### Provided records
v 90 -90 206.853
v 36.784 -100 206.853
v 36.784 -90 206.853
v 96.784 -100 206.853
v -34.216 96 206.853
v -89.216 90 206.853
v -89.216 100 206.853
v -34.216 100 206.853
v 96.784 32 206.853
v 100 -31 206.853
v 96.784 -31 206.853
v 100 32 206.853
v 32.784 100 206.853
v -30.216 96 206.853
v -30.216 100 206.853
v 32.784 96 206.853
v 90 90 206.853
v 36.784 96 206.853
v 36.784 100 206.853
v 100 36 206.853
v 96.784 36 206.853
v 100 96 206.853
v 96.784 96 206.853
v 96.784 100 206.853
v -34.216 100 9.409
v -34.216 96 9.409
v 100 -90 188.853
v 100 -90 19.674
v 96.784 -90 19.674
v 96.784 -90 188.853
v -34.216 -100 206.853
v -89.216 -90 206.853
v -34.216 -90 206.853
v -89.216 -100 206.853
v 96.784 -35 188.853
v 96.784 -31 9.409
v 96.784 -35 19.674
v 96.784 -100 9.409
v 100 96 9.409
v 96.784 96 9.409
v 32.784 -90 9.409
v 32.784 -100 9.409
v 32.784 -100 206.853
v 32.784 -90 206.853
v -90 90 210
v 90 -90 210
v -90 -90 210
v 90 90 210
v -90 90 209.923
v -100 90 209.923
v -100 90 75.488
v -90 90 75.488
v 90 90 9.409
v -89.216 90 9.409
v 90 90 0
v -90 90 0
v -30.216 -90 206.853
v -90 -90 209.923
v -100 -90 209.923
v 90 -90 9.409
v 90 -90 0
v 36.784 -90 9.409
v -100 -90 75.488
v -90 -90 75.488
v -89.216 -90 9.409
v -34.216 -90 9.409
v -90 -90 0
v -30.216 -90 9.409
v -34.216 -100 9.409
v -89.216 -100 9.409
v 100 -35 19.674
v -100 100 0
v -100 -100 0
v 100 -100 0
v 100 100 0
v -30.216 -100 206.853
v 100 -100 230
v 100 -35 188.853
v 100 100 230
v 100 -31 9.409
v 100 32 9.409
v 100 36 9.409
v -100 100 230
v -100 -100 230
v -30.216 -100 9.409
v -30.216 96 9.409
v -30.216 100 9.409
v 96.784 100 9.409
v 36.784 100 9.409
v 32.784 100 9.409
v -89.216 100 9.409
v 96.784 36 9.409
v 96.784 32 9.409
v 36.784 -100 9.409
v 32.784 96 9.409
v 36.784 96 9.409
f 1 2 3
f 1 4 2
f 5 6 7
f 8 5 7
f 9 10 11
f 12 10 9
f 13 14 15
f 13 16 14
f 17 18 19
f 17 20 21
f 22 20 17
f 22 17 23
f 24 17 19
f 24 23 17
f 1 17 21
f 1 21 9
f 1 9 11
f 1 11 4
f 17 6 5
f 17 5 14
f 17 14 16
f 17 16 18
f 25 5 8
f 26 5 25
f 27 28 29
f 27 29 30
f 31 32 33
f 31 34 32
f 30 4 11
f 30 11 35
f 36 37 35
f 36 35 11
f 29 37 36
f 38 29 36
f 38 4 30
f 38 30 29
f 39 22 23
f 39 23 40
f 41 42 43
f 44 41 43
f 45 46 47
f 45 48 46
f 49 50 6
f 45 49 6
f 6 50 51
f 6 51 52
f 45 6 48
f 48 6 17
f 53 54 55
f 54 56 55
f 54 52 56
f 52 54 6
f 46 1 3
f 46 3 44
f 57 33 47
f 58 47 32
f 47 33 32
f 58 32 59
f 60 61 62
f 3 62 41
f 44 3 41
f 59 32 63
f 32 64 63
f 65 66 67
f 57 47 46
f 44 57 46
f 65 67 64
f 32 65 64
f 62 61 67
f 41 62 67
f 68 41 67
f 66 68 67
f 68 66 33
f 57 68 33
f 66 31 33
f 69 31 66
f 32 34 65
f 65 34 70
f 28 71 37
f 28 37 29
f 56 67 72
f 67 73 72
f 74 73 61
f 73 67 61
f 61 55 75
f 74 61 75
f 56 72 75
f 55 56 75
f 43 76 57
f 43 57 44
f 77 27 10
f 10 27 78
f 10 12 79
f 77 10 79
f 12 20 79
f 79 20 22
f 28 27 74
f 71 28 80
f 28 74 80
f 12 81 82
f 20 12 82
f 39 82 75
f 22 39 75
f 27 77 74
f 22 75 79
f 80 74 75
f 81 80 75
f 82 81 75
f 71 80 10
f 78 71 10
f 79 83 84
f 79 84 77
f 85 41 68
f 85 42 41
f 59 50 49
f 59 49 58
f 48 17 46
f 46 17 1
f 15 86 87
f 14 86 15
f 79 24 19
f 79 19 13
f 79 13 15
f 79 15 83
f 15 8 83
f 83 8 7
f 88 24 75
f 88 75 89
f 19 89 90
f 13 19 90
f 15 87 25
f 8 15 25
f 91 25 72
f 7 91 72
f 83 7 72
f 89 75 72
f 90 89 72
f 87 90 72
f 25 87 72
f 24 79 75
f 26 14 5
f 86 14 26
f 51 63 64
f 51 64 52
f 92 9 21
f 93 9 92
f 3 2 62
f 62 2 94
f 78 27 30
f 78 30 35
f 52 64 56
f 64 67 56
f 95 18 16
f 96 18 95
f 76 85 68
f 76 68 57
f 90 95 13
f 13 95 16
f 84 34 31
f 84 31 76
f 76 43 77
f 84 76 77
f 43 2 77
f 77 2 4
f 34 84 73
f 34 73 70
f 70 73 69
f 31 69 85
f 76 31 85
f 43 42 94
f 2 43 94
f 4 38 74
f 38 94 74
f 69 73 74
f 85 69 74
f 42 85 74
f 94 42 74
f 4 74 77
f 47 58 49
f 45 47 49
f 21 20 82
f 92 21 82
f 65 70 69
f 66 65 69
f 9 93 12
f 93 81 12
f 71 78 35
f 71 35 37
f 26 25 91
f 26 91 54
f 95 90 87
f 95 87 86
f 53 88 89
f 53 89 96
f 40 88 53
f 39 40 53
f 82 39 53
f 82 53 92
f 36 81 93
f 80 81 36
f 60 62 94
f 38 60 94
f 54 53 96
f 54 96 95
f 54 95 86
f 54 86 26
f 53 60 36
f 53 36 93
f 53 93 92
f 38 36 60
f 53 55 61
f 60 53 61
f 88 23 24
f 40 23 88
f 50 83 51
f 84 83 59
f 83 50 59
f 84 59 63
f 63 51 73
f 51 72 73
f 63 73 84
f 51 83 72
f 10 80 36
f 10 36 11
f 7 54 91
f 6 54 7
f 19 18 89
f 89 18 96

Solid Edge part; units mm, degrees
sketch "Sketch1" plane through (0, 0, 0) normal (0, 0, 1) x (1, 0, 0)
  line L0 (100, -100) -> (100, 100)
  line L1 (100, 100) -> (-100, 100)
  line L2 (-100, 100) -> (-100, -100)
  line L3 (-100, -100) -> (100, -100)
extrude "Protrusion1" add sketch "Sketch1" along normal blind 230
sketch "Sketch2" plane through (0, 0, 0) normal (0, 0, -1) x (0, 1, 0)
  line L0 (-90, 90) -> (-90, -90)
  line L1 (-90, -90) -> (90, -90)
  line L2 (90, -90) -> (90, 90)
  line L3 (90, 90) -> (-90, 90)
extrude "ScavoEstrusione_1" cut sketch "Sketch2" against normal blind 210
sketch "Sketch3" plane through (-100, 0, 114.7797) normal (-1, 0, 0) x (0, -1, 0)
  line L0 (-90, 95.1431) -> (90, 95.1431)
  line L1 (90, 95.1431) -> (90, -39.2912)
  line L2 (90, -39.2912) -> (-90, -39.2912)
  line L3 (-90, -39.2912) -> (-90, 95.1431)
extrude "ScavoEstrusione_2" cut sketch "Sketch3" against normal blind 30
sketch "Sketch4" plane through (0, -100, 115) normal (0, -1, 0) x (1, 0, 0)
  line L0 (-34.2156, 73.853) -> (-34.2156, -95.3257)
  line L1 (-34.2156, -105.591) -> (-34.2156, -95.3257)
  line L2 (-89.2156, -105.591) -> (-34.2156, -105.591)
  line L3 (-89.2156, -95.3257) -> (-89.2156, -105.591)
  line L4 (-89.2156, -95.3257) -> (-89.2156, 73.853)
  line L5 (-89.2156, 73.853) -> (-89.2156, 91.853)
  line L6 (-89.2156, 91.853) -> (-34.2156, 91.853)
  line L7 (-34.2156, 91.853) -> (-34.2156, 73.853)
  line L8 (32.7844, -105.591) -> (32.7844, 91.853)
  line L9 (-30.2156, 91.853) -> (32.7844, 91.853)
  line L10 (-30.2156, 73.853) -> (-30.2156, 91.853)
  line L11 (-30.2156, -105.591) -> (-30.2156, 73.853)
  line L12 (19.3173, -105.591) -> (-30.2156, -105.591)
  line L13 (32.7844, -105.591) -> (19.3173, -105.591)
  line L14 (36.7844, 91.853) -> (96.7844, 91.853)
  line L15 (96.7844, 91.853) -> (96.7844, 73.853)
  line L16 (96.7844, 73.853) -> (96.7844, -105.591)
  line L17 (96.7844, -105.591) -> (36.7844, -105.591)
  line L18 (36.7844, 91.853) -> (36.7844, -105.591)
extrude "ScavoEstrusione_3" cut sketch "Sketch4" against normal blind 317.7816
sketch "Sketch5" plane through (100, 0, 115) normal (1, 0, 0) x (0, 1, 0)
  line L0 (-90, 73.853) -> (-35, 73.853)
  line L1 (-35, 73.853) -> (-35, -95.3257)
  line L2 (-35, -95.3257) -> (-90, -95.3257)
  line L3 (-90, -95.3257) -> (-90, 73.853)
  line L4 (-31, 91.853) -> (32, 91.853)
  line L5 (32, -105.591) -> (32, 91.853)
  line L6 (32, -105.591) -> (18.5329, -105.591)
  line L7 (18.5329, -105.591) -> (-31, -105.591)
  line L8 (-31, -105.591) -> (-31, 73.853)
  line L9 (-31, 73.853) -> (-31, 91.853)
  line L10 (36, 91.853) -> (36, -105.591)
  line L11 (96, -105.591) -> (36, -105.591)
  line L12 (96, 73.853) -> (96, -105.591)
  line L13 (96, 91.853) -> (96, 73.853)
  line L14 (36, 91.853) -> (96, 91.853)
extrude "ProtrusioneEstrusa_3" cut sketch "Sketch5" against normal blind 166.3749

### Problem details
Restate, word for word and with nothing added, the lines from the first line of the listing through the one where "v 100 -90 19.674" stands.

### Output for this task
v 90 -90 206.853
v 36.784 -100 206.853
v 36.784 -90 206.853
v 96.784 -100 206.853
v -34.216 96 206.853
v -89.216 90 206.853
v -89.216 100 206.853
v -34.216 100 206.853
v 96.784 32 206.853
v 100 -31 206.853
v 96.784 -31 206.853
v 100 32 206.853
v 32.784 100 206.853
v -30.216 96 206.853
v -30.216 100 206.853
v 32.784 96 206.853
v 90 90 206.853
v 36.784 96 206.853
v 36.784 100 206.853
v 100 36 206.853
v 96.784 36 206.853
v 100 96 206.853
v 96.784 96 206.853
v 96.784 100 206.853
v -34.216 100 9.409
v -34.216 96 9.409
v 100 -90 188.853
v 100 -90 19.674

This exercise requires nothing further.